## Exercise
Using the records below, give again exactly the lines from the line that contains "circle A10 centre (546.1, 12.7)" through the line that contains "circle A15 centre (393.7, 12.7)", both ends included, and only those.

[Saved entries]

========================================

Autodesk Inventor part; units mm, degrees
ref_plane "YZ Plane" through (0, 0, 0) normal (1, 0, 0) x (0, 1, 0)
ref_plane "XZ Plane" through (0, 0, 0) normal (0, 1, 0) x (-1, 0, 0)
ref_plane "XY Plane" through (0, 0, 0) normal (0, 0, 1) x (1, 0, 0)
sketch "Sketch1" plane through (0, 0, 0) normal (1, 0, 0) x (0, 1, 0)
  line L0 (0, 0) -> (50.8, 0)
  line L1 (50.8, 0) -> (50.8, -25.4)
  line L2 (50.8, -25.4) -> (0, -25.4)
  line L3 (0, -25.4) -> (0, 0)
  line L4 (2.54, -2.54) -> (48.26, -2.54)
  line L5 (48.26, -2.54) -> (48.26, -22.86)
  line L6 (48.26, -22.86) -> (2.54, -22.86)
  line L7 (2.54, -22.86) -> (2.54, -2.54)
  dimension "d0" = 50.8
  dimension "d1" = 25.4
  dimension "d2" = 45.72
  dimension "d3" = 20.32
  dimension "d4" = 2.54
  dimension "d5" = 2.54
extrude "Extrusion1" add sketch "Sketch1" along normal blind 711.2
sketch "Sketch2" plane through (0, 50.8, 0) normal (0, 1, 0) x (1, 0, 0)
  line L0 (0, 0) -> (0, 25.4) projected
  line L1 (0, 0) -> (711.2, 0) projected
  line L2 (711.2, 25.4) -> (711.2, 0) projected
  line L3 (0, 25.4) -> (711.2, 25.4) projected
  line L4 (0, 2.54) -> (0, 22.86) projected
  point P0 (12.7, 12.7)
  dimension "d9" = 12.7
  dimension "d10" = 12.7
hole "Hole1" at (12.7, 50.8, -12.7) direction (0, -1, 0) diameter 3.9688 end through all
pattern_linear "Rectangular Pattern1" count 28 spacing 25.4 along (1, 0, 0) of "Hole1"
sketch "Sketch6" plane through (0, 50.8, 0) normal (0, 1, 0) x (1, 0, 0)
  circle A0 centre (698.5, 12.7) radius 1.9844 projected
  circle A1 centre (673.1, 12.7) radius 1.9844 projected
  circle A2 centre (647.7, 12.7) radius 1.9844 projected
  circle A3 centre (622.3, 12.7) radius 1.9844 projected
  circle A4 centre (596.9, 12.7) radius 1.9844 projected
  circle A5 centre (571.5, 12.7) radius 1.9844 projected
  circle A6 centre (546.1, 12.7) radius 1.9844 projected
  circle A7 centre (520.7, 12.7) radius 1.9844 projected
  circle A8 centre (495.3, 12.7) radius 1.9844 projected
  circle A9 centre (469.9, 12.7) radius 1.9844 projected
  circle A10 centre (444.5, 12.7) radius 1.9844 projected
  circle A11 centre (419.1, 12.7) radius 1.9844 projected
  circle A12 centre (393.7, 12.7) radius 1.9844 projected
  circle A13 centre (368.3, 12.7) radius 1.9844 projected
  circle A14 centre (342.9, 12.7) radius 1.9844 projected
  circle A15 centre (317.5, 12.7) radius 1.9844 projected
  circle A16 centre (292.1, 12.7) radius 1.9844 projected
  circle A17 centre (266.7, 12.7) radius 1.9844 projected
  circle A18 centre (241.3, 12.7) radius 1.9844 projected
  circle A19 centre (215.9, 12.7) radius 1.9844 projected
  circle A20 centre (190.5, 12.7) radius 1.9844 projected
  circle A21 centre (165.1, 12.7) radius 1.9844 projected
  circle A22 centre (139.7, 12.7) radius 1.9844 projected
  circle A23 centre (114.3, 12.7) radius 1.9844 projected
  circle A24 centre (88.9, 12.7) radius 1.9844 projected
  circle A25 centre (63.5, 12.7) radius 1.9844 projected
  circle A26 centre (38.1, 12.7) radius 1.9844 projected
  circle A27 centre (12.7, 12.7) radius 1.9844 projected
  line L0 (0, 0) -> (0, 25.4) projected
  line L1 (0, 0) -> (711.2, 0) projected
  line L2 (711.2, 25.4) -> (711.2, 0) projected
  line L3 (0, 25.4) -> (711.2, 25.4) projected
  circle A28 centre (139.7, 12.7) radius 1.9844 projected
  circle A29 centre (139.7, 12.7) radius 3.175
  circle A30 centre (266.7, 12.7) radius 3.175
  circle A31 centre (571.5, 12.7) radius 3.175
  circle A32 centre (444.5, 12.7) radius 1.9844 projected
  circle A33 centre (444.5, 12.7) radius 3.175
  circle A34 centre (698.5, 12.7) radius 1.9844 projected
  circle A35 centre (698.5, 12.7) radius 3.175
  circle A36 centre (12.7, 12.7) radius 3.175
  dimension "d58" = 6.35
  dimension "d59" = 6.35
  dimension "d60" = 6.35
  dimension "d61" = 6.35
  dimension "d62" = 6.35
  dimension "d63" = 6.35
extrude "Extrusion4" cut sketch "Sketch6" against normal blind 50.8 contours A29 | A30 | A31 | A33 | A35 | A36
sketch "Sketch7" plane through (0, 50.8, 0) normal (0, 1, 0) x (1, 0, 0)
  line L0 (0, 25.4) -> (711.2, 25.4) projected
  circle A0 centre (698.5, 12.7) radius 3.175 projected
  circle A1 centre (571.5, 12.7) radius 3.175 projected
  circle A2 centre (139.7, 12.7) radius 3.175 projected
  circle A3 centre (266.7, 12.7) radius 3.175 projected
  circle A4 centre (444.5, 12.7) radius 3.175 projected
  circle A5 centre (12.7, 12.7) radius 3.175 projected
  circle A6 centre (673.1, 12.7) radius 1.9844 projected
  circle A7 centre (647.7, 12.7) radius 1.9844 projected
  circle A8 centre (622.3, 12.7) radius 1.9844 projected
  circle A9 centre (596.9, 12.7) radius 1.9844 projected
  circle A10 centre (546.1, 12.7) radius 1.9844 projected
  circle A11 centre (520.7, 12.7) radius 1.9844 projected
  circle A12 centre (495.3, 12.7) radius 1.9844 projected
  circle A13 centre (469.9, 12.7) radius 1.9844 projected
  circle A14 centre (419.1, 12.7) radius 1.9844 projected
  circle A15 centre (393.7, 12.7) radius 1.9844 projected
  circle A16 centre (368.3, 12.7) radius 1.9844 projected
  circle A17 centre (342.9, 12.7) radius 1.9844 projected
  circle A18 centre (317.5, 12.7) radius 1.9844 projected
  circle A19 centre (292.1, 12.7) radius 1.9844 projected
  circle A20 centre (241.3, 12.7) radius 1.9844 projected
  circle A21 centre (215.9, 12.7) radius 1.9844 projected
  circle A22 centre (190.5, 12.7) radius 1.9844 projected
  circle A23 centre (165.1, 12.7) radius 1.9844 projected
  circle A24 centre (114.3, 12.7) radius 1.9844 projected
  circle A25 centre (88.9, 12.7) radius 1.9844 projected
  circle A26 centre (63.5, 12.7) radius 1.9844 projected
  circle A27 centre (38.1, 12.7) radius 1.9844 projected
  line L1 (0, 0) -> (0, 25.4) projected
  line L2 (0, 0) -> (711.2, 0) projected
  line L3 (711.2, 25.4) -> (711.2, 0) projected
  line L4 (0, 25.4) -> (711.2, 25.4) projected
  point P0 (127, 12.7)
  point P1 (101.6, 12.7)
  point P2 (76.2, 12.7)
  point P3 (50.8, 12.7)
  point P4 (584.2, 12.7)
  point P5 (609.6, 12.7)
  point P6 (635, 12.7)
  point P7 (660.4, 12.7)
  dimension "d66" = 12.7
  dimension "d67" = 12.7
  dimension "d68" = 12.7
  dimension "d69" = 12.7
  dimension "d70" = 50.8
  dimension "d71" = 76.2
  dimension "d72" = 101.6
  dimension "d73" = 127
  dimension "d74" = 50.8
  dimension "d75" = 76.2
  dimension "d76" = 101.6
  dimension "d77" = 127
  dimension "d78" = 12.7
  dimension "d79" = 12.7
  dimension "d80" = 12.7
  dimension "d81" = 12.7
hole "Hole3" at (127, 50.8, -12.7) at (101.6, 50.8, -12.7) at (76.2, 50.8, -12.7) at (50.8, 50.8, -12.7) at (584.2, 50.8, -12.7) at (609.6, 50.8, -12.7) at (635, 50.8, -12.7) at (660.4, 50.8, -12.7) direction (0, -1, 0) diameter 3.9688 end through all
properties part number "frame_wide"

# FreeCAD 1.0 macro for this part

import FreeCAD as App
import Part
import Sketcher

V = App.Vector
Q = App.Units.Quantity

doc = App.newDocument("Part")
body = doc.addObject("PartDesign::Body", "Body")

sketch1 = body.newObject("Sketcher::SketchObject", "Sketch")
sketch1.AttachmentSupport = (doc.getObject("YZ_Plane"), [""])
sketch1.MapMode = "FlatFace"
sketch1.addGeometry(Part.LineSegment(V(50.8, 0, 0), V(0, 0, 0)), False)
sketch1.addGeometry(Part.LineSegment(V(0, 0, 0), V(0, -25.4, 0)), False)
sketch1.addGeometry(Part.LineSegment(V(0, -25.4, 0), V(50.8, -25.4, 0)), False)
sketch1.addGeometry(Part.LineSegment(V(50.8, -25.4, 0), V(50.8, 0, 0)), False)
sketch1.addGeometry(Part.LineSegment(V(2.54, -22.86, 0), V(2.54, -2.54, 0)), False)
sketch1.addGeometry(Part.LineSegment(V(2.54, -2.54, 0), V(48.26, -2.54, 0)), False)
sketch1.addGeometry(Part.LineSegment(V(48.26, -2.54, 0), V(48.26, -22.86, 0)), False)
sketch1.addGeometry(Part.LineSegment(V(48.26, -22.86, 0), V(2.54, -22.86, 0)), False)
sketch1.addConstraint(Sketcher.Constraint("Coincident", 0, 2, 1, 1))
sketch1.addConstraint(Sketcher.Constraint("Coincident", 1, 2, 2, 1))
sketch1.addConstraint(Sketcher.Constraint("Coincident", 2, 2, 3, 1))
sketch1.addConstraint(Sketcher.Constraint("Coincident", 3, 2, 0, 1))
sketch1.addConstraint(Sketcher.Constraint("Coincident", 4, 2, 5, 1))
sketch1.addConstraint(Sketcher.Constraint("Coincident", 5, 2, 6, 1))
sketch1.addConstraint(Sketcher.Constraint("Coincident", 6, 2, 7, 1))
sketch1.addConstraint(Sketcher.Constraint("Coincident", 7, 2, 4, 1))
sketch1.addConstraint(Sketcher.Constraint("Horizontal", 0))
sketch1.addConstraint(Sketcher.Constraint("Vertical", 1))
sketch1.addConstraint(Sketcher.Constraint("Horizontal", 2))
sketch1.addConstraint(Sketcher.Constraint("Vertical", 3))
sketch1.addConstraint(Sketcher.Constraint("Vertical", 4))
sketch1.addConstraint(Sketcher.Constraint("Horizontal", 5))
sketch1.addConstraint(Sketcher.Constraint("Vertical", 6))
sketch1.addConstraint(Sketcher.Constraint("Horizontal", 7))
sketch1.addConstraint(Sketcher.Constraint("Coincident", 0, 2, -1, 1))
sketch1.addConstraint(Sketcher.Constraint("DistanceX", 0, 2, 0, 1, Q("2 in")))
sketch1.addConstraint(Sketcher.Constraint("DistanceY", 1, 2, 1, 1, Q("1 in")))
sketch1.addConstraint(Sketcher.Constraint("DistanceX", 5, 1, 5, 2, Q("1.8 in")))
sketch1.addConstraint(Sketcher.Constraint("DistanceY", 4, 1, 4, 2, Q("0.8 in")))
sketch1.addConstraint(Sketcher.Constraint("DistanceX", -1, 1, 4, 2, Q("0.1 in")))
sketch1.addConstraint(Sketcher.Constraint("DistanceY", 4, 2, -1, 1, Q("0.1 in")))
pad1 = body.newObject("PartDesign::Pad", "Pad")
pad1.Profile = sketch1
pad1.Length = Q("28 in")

========================================

## Task result
  circle A10 centre (546.1, 12.7) radius 1.9844 projected
  circle A11 centre (520.7, 12.7) radius 1.9844 projected
  circle A12 centre (495.3, 12.7) radius 1.9844 projected
  circle A13 centre (469.9, 12.7) radius 1.9844 projected
  circle A14 centre (419.1, 12.7) radius 1.9844 projected
  circle A15 centre (393.7, 12.7) radius 1.9844 projected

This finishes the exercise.